Saved data entries:
= Beginning of Section =

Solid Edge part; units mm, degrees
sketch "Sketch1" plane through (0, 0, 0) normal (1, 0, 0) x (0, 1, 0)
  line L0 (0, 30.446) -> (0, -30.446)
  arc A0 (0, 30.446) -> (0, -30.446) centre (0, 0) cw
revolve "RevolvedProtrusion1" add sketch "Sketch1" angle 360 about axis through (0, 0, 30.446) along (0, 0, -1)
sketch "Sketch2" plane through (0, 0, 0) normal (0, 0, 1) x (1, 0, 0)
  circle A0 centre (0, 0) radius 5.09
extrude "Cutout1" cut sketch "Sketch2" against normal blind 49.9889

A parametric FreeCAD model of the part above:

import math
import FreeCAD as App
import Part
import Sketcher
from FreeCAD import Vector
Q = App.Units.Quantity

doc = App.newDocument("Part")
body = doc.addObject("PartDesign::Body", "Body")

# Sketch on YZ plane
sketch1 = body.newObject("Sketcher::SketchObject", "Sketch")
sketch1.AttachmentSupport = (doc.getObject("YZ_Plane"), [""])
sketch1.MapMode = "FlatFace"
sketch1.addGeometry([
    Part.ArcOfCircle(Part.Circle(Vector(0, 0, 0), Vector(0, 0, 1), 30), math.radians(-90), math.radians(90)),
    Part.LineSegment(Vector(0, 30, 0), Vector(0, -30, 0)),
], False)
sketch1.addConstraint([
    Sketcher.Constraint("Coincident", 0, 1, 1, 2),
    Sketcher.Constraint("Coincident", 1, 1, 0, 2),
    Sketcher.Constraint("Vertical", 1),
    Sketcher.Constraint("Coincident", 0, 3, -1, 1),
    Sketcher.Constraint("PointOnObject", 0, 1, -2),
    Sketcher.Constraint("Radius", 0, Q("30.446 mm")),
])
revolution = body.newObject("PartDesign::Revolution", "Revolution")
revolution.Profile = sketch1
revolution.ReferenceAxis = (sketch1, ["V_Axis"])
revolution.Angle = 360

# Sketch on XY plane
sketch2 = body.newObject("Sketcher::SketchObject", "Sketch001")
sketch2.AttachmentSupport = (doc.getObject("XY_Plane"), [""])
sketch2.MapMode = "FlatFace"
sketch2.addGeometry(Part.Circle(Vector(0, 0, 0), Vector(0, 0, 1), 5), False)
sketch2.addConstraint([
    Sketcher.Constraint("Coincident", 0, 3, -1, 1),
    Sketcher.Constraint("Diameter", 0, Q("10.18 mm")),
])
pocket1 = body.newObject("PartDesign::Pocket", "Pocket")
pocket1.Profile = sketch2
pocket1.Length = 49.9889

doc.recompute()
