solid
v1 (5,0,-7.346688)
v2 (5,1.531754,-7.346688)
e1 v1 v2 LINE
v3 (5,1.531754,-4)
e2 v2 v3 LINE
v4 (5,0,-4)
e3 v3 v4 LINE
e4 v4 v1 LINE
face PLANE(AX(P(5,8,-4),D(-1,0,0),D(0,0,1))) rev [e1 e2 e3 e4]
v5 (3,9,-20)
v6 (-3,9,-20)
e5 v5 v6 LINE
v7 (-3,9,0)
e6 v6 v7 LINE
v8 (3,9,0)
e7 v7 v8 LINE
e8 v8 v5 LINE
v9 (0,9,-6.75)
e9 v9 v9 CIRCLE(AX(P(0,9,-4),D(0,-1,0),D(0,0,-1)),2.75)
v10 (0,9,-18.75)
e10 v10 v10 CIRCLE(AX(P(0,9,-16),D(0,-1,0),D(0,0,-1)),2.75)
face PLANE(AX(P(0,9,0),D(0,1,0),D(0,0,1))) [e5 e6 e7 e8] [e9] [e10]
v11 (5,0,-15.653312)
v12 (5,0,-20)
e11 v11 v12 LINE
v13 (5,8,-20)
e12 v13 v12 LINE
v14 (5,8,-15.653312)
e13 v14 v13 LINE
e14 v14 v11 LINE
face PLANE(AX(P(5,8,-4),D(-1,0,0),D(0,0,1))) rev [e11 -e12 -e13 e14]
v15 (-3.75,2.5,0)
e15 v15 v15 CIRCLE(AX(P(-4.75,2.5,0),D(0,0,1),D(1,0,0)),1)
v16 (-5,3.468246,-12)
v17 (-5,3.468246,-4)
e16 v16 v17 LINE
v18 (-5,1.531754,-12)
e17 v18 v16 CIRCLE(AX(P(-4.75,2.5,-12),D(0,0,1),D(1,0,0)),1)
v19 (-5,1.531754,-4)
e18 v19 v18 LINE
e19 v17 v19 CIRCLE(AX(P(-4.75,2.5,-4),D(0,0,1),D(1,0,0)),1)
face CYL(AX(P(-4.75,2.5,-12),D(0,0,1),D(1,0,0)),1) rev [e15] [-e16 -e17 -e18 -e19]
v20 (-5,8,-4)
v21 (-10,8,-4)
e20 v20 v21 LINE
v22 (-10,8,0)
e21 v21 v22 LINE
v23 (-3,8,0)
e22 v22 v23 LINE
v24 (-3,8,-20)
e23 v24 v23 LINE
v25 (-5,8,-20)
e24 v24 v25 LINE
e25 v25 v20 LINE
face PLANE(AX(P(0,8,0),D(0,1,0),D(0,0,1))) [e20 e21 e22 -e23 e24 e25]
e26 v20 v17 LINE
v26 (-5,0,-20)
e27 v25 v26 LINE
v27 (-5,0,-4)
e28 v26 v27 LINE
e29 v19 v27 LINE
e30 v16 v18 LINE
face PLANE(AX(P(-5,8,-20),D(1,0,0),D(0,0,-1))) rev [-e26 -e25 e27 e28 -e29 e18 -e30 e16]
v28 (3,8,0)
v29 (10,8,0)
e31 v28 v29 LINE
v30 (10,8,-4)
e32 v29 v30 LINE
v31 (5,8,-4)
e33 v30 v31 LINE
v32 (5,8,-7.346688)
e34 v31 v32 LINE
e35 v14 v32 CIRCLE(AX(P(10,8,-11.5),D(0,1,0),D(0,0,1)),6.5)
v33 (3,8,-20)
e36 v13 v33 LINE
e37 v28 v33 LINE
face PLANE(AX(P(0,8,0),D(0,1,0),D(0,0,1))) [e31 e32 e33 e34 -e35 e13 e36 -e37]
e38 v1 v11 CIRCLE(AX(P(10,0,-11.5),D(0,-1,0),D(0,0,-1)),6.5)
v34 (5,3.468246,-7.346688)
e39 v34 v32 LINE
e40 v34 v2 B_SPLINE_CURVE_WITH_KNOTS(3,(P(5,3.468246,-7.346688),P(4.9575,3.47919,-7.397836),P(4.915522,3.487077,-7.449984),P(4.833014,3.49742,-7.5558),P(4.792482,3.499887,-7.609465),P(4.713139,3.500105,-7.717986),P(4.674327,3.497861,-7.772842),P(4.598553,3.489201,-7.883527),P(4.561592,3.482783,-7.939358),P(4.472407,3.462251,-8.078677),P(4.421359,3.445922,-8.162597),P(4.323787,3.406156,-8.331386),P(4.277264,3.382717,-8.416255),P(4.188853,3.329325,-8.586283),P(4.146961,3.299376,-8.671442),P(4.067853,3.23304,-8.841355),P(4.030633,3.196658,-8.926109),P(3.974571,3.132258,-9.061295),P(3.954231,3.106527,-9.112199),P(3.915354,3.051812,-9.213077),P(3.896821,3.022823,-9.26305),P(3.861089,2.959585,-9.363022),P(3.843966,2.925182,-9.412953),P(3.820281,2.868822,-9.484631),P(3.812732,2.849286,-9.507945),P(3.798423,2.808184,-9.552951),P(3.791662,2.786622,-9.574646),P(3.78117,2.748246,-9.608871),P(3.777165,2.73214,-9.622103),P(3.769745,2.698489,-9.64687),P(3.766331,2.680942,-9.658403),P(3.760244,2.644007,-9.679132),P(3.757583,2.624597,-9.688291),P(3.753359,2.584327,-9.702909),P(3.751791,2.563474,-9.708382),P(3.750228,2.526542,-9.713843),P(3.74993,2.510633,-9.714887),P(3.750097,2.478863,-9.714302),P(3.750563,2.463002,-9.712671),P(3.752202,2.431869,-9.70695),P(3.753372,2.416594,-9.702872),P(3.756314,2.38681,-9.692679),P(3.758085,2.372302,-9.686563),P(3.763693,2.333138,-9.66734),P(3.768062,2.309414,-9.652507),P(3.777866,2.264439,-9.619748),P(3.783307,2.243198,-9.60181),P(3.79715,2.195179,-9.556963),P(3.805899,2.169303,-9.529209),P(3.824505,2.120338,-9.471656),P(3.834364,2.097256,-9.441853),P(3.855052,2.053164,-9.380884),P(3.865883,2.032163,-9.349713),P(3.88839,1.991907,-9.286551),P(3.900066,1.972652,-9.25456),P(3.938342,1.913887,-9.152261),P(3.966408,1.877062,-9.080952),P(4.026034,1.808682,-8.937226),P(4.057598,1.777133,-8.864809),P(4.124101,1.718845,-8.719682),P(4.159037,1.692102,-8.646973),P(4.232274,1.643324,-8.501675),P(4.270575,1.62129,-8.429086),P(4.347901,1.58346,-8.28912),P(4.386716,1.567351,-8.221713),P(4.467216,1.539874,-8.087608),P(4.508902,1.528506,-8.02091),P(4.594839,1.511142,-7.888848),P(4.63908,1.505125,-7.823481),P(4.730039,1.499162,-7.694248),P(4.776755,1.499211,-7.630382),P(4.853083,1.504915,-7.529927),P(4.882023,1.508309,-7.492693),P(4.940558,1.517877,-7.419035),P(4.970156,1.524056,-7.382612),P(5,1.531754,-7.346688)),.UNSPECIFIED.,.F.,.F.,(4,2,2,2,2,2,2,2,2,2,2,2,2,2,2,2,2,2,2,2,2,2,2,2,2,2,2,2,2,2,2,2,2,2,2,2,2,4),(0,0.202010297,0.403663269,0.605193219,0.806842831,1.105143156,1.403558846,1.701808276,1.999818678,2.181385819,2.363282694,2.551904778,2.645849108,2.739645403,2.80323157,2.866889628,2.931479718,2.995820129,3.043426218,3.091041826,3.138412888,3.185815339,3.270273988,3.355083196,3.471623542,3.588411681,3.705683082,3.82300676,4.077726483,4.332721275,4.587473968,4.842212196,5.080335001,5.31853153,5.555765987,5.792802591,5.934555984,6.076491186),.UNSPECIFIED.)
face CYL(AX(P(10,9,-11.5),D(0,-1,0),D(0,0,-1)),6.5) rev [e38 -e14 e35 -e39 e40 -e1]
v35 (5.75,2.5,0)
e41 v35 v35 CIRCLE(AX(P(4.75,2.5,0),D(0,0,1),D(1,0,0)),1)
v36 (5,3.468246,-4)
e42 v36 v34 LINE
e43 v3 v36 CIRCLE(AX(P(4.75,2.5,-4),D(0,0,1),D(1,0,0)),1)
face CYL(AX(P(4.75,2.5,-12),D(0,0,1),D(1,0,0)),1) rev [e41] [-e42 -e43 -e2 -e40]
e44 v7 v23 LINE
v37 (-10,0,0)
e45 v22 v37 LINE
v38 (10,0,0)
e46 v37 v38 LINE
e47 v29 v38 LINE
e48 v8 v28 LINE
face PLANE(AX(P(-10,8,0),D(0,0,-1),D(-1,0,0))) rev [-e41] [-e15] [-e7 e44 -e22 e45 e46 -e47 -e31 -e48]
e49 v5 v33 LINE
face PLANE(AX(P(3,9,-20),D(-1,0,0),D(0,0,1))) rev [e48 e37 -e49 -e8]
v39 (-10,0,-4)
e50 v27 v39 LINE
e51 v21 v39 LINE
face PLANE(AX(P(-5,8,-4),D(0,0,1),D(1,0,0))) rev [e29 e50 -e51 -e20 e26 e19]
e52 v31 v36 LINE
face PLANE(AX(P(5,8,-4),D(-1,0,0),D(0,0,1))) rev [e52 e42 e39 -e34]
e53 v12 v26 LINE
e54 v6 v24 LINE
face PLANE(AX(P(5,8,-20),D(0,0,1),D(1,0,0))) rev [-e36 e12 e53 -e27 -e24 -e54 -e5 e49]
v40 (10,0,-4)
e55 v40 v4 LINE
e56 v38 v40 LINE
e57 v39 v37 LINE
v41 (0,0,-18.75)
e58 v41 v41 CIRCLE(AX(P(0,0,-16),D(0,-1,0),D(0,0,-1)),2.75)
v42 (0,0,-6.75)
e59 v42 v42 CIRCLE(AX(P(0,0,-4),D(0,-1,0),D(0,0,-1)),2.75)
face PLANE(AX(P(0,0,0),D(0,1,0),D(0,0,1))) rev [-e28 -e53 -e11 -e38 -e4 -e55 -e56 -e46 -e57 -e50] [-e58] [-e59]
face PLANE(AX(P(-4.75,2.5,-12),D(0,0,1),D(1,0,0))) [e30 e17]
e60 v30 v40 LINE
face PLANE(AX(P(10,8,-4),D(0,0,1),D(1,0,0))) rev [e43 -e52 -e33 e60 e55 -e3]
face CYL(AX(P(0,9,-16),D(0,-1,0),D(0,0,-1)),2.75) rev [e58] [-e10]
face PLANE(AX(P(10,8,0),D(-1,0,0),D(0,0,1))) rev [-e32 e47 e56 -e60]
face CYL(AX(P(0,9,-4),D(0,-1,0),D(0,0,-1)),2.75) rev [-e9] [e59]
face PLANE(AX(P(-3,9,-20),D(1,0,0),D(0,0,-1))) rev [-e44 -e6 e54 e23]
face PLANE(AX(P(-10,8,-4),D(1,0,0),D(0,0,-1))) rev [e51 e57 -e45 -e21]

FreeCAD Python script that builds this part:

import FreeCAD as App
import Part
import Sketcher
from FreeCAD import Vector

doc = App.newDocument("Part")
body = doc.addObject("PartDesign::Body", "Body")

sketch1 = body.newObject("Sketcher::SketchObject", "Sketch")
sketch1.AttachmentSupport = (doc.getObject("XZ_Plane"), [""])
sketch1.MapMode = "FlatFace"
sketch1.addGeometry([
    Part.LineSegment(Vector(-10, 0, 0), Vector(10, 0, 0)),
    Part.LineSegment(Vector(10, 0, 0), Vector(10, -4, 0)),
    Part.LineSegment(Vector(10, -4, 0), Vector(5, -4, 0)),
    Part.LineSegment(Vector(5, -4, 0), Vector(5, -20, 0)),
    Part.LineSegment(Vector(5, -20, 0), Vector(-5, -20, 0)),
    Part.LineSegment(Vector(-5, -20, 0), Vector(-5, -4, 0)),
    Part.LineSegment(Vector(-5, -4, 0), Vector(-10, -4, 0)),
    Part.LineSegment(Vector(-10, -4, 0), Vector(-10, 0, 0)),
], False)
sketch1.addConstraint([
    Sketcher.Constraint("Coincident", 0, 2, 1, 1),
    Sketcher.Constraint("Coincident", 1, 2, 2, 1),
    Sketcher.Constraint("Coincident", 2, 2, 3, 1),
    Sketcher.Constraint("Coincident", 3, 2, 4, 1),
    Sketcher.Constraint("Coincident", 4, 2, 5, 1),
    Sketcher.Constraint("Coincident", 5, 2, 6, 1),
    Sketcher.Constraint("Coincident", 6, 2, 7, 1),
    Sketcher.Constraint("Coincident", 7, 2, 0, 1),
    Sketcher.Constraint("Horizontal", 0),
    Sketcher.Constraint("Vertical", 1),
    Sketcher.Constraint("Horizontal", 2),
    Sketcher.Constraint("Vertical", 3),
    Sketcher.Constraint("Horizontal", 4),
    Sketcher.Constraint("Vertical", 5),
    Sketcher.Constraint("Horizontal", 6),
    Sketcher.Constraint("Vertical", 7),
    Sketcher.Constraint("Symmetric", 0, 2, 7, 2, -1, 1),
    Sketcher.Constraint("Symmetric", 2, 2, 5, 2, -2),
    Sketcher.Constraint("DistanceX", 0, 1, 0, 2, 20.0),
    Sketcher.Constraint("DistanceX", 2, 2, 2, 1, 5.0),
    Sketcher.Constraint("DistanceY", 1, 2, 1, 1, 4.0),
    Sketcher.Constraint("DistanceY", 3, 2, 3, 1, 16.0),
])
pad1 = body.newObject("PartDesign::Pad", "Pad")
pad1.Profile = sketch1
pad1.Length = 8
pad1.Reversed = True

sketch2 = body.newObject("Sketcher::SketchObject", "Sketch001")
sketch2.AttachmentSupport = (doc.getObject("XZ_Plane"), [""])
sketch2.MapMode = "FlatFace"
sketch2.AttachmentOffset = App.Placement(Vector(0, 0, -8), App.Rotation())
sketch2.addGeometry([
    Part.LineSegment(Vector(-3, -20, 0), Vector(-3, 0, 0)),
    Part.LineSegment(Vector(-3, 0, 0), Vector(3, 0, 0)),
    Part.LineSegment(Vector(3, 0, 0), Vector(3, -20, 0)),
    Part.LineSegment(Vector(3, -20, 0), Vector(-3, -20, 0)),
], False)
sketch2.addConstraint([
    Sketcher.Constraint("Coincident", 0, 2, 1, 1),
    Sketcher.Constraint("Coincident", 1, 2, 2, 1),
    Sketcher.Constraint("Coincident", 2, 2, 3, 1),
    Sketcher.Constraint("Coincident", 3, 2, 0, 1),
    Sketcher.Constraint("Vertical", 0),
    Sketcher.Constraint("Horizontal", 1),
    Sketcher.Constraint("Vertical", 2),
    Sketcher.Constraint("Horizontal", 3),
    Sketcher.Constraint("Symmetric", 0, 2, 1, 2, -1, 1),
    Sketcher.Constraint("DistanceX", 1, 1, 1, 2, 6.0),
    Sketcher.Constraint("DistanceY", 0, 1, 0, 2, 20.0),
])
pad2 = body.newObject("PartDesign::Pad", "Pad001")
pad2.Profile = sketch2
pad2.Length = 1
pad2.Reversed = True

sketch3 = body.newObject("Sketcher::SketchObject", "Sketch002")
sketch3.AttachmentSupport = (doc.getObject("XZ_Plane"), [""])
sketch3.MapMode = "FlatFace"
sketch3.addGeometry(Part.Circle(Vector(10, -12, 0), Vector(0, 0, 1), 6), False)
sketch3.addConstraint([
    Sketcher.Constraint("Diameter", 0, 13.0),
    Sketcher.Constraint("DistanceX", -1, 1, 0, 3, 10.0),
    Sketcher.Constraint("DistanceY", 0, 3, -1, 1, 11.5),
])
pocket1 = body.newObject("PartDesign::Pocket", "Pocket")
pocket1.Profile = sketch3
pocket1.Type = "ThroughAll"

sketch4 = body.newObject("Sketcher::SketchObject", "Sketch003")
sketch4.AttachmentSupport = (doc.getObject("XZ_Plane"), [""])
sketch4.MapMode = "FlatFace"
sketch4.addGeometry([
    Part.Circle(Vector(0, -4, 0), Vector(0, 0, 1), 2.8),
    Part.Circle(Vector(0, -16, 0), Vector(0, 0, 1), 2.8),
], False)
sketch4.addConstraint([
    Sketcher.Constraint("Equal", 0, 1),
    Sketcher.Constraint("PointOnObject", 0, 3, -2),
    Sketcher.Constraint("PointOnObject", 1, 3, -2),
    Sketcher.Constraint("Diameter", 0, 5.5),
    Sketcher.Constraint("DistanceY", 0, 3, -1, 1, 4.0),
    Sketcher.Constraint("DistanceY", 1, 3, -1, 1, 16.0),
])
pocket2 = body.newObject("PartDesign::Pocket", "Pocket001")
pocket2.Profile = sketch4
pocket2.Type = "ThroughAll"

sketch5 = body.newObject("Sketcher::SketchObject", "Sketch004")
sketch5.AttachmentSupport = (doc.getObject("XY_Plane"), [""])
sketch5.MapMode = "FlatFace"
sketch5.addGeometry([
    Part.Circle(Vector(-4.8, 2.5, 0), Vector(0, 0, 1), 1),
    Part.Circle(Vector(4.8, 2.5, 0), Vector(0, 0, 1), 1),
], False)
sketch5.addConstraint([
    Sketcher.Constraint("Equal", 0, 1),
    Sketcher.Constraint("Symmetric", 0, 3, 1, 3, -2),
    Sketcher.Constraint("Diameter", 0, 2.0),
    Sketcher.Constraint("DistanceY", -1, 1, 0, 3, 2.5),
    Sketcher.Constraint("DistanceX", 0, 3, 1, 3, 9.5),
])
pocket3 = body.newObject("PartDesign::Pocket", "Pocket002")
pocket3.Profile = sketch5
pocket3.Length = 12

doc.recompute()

= End of Section =

=== Exercise objective ===
For this task, write out exactly the lines of the entries above, starting at the line with "e3 v3 v4 LINE" and ending at the line with "e18 v19 v18 LINE", both included, and no others.

=== Exercise solution ===
e3 v3 v4 LINE
e4 v4 v1 LINE
face PLANE(AX(P(5,8,-4),D(-1,0,0),D(0,0,1))) rev [e1 e2 e3 e4]
v5 (3,9,-20)
v6 (-3,9,-20)
e5 v5 v6 LINE
v7 (-3,9,0)
e6 v6 v7 LINE
v8 (3,9,0)
e7 v7 v8 LINE
e8 v8 v5 LINE
v9 (0,9,-6.75)
e9 v9 v9 CIRCLE(AX(P(0,9,-4),D(0,-1,0),D(0,0,-1)),2.75)
v10 (0,9,-18.75)
e10 v10 v10 CIRCLE(AX(P(0,9,-16),D(0,-1,0),D(0,0,-1)),2.75)
face PLANE(AX(P(0,9,0),D(0,1,0),D(0,0,1))) [e5 e6 e7 e8] [e9] [e10]
v11 (5,0,-15.653312)
v12 (5,0,-20)
e11 v11 v12 LINE
v13 (5,8,-20)
e12 v13 v12 LINE
v14 (5,8,-15.653312)
e13 v14 v13 LINE
e14 v14 v11 LINE
face PLANE(AX(P(5,8,-4),D(-1,0,0),D(0,0,1))) rev [e11 -e12 -e13 e14]
v15 (-3.75,2.5,0)
e15 v15 v15 CIRCLE(AX(P(-4.75,2.5,0),D(0,0,1),D(1,0,0)),1)
v16 (-5,3.468246,-12)
v17 (-5,3.468246,-4)
e16 v16 v17 LINE
v18 (-5,1.531754,-12)
e17 v18 v16 CIRCLE(AX(P(-4.75,2.5,-12),D(0,0,1),D(1,0,0)),1)
v19 (-5,1.531754,-4)
e18 v19 v18 LINE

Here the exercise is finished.